(Stored items)
'''

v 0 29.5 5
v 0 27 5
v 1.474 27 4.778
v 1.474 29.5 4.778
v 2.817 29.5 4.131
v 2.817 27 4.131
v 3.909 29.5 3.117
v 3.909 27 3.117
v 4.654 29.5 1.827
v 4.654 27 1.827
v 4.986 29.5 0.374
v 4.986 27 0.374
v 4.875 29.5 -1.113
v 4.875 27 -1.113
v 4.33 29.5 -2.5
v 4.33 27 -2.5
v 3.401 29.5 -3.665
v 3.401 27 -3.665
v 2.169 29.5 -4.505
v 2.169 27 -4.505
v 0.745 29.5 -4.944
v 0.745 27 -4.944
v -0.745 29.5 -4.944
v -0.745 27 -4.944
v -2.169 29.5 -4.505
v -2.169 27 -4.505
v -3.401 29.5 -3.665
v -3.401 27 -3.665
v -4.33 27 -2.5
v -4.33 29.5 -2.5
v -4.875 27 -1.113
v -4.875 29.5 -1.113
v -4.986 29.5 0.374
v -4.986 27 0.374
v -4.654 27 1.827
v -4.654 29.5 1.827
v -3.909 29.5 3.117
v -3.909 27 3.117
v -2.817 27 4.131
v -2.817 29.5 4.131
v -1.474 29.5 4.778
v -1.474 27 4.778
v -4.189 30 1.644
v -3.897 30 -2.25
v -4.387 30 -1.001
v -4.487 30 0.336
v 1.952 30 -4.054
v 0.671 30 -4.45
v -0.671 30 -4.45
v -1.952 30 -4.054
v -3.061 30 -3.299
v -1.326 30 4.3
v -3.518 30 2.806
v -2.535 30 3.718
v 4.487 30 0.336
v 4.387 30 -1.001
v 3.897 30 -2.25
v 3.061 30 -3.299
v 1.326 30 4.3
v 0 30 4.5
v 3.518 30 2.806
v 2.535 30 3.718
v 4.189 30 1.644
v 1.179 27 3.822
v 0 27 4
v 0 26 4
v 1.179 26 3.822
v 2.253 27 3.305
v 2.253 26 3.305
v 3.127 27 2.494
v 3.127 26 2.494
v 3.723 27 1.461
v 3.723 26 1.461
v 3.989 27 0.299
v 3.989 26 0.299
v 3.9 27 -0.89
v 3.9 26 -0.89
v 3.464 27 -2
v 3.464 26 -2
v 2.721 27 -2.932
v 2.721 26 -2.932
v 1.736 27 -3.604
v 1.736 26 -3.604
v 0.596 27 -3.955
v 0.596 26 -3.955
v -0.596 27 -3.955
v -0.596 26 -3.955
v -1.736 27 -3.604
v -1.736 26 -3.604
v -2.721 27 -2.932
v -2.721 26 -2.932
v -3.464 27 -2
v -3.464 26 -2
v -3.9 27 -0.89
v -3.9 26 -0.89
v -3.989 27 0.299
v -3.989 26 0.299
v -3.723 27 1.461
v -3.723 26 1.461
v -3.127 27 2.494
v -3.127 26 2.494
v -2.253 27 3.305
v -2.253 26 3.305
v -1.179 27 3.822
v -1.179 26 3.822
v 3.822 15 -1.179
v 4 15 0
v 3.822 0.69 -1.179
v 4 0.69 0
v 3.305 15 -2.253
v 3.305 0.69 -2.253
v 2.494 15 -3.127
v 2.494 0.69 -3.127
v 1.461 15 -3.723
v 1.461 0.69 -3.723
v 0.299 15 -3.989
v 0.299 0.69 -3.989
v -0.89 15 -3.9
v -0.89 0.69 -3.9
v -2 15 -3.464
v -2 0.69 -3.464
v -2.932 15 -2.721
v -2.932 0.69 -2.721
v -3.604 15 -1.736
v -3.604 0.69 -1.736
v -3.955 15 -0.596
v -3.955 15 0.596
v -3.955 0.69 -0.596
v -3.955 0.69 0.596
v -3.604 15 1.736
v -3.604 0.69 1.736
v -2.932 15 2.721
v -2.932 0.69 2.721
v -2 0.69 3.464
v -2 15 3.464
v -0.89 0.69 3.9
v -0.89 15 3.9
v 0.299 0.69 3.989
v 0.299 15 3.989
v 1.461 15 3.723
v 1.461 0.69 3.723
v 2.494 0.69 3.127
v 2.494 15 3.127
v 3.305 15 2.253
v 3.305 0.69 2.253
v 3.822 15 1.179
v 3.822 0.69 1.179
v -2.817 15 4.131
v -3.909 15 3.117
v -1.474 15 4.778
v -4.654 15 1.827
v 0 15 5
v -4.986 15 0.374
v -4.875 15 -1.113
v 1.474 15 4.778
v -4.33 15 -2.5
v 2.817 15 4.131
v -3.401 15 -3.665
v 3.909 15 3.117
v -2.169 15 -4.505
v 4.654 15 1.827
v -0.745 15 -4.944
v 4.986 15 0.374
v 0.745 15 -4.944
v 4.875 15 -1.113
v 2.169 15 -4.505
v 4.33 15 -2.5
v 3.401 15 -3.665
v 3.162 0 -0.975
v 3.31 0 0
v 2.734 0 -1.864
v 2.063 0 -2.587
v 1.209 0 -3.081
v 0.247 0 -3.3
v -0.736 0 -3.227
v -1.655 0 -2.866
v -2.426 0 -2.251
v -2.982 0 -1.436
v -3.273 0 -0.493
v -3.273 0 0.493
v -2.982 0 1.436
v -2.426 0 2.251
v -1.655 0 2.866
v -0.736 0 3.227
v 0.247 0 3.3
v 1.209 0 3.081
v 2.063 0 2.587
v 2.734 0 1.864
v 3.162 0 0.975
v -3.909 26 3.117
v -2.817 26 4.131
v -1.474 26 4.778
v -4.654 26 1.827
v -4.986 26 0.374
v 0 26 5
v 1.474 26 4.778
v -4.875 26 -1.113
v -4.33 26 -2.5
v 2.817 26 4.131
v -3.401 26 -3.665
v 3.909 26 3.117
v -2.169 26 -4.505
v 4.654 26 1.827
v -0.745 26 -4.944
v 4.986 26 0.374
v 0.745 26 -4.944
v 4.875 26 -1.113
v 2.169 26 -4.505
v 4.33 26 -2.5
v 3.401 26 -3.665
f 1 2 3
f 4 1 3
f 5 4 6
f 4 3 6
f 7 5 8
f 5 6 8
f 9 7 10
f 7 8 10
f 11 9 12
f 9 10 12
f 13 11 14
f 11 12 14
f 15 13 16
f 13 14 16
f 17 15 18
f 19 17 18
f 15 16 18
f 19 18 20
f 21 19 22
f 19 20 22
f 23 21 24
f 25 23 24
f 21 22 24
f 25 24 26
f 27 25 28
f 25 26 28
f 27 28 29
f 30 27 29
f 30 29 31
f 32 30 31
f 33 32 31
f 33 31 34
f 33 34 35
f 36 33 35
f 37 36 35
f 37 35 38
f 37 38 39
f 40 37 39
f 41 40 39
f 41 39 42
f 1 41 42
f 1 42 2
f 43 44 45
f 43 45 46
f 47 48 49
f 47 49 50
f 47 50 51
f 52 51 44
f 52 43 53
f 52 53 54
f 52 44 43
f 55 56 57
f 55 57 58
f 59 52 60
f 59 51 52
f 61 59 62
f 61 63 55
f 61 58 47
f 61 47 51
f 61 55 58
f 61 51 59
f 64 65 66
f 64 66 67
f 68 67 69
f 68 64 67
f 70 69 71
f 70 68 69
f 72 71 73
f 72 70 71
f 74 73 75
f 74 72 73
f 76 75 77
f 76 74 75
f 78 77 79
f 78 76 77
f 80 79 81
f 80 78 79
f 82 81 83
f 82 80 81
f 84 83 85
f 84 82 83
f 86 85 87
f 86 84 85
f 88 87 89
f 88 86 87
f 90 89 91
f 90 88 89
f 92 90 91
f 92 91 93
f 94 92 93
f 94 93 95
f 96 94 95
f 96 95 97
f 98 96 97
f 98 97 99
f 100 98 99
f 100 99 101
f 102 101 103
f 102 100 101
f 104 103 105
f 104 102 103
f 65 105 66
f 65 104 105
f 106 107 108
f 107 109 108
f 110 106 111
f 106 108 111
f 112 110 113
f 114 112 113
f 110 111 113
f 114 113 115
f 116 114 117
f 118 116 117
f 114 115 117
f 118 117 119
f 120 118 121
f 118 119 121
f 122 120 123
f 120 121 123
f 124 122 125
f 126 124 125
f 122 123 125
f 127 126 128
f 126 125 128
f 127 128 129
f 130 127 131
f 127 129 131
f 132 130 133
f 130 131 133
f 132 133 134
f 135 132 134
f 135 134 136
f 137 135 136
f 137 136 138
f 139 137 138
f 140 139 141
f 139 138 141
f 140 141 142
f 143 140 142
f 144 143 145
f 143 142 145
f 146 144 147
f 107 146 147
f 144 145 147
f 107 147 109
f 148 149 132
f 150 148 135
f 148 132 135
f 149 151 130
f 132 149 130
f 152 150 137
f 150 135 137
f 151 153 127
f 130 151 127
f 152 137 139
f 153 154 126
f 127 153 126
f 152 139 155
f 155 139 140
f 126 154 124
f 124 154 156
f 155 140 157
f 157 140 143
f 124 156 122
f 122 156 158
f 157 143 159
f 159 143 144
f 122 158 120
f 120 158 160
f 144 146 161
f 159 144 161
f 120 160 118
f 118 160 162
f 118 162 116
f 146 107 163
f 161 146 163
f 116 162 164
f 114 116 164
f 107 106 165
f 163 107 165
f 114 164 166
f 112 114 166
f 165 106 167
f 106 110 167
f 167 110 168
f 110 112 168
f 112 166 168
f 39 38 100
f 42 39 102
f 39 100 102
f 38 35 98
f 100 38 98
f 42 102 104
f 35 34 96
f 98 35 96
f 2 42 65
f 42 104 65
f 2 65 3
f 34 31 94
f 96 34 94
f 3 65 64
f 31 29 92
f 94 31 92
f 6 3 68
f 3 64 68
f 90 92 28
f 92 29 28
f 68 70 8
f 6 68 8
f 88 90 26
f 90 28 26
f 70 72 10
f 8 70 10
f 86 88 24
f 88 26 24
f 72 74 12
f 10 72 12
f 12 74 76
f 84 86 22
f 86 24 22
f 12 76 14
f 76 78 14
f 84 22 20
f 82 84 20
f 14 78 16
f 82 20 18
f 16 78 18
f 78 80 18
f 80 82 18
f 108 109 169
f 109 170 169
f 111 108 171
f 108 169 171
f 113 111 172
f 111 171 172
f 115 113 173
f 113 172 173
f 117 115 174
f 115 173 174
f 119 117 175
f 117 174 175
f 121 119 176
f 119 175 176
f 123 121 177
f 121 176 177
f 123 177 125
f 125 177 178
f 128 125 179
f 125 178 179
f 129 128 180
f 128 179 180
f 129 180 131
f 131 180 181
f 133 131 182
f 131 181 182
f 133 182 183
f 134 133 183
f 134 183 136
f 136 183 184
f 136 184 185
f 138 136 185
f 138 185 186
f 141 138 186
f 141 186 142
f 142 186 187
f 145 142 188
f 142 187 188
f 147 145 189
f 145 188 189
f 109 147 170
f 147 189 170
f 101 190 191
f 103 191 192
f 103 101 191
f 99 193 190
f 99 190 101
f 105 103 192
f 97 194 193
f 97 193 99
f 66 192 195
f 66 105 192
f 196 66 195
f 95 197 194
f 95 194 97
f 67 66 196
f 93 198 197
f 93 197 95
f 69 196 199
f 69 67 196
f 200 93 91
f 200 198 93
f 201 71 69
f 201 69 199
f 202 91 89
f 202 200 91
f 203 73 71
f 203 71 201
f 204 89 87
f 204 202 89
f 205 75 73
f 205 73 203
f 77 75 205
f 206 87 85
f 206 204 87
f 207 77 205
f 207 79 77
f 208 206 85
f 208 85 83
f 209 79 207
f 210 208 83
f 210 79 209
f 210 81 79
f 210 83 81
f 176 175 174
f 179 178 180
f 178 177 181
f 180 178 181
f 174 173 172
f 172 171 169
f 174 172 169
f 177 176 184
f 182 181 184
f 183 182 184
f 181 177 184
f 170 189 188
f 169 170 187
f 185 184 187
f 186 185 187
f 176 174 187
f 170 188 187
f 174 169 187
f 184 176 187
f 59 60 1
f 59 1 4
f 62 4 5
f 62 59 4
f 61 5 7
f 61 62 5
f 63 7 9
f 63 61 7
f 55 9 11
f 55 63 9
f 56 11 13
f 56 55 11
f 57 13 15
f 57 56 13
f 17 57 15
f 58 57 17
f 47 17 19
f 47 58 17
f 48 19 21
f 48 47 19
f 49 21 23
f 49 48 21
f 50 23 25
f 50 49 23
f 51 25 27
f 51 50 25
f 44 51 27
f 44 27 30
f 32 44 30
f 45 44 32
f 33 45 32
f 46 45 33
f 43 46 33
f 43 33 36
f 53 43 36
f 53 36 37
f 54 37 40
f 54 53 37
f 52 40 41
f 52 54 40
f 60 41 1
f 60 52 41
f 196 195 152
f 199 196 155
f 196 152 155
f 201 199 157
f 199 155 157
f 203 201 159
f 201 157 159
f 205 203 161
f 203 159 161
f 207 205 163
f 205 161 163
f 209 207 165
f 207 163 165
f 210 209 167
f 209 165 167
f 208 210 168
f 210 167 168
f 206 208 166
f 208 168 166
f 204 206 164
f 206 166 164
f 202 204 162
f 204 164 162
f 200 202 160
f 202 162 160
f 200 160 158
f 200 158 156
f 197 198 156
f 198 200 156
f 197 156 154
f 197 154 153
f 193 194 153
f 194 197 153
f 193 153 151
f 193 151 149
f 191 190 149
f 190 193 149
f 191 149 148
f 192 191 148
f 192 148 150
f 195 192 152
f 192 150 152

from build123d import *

# Parameters (mm, degrees)
SKETCH1_R           = 5
BOSS_EXTRUDE1_DEPTH = 30
CHAMFER1_SIZE       = 0.5
CUT_EXTRUDE1_START  = -3
SKETCH2_R           = 6
SKETCH2_R_2         = 4
CUT_EXTRUDE1_DEPTH  = 1


# Read off the part's stored shape, not the designer's step: M8 Machine Threads Stud1
with BuildPart() as part:
    # Sketch1 → Boss-Extrude1 (new body)
    with BuildSketch(Plane(origin=(0, 0, 0), x_dir=(1, 0, 0), z_dir=(0, 1, 0))):
        with Locations(Location((0, 0, 0), (0, 0, 270))):
            Circle(SKETCH1_R)
    extrude(amount=BOSS_EXTRUDE1_DEPTH)

    # Chamfer1
    chamfer1_edges = [part.edges().sort_by_distance(p)[0] for p in [
        (0, 30, -5),
    ]]
    chamfer(chamfer1_edges, length=CHAMFER1_SIZE)

    # Sketch2 → Cut-Extrude1 (cut)
    with BuildSketch(Plane(origin=(0, 30, 0), x_dir=(1, 0, 0), z_dir=(0, 1, 0)).offset(CUT_EXTRUDE1_START)):
        Circle(SKETCH2_R)
        with Locations(Location((0, 0, 0), (0, 0, 270))):
            Circle(SKETCH2_R_2, mode=Mode.SUBTRACT)
    extrude(amount=-CUT_EXTRUDE1_DEPTH, mode=Mode.SUBTRACT)

    # M8 Machine Threads Stud1 outline → M8 Machine Threads Stud1 (revolve, cut)
    with BuildSketch(Plane.XY):
        Polygon((3.3095, 0), (5, 0), (5, 15), (4, 15), (4, 0.6905), align=None)
    revolve(axis=Axis((0, 0, 0), (0, 1, 0)), mode=Mode.SUBTRACT)


solid = part.part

'''

• PROBLEM STATEMENT:
Please transcribe the data exactly from its first line. End with the line that contains "v -2.535 30 3.718".

• SOLVED PROBLEM:
v 0 29.5 5
v 0 27 5
v 1.474 27 4.778
v 1.474 29.5 4.778
v 2.817 29.5 4.131
v 2.817 27 4.131
v 3.909 29.5 3.117
v 3.909 27 3.117
v 4.654 29.5 1.827
v 4.654 27 1.827
v 4.986 29.5 0.374
v 4.986 27 0.374
v 4.875 29.5 -1.113
v 4.875 27 -1.113
v 4.33 29.5 -2.5
v 4.33 27 -2.5
v 3.401 29.5 -3.665
v 3.401 27 -3.665
v 2.169 29.5 -4.505
v 2.169 27 -4.505
v 0.745 29.5 -4.944
v 0.745 27 -4.944
v -0.745 29.5 -4.944
v -0.745 27 -4.944
v -2.169 29.5 -4.505
v -2.169 27 -4.505
v -3.401 29.5 -3.665
v -3.401 27 -3.665
v -4.33 27 -2.5
v -4.33 29.5 -2.5
v -4.875 27 -1.113
v -4.875 29.5 -1.113
v -4.986 29.5 0.374
v -4.986 27 0.374
v -4.654 27 1.827
v -4.654 29.5 1.827
v -3.909 29.5 3.117
v -3.909 27 3.117
v -2.817 27 4.131
v -2.817 29.5 4.131
v -1.474 29.5 4.778
v -1.474 27 4.778
v -4.189 30 1.644
v -3.897 30 -2.25
v -4.387 30 -1.001
v -4.487 30 0.336
v 1.952 30 -4.054
v 0.671 30 -4.45
v -0.671 30 -4.45
v -1.952 30 -4.054
v -3.061 30 -3.299
v -1.326 30 4.3
v -3.518 30 2.806
v -2.535 30 3.718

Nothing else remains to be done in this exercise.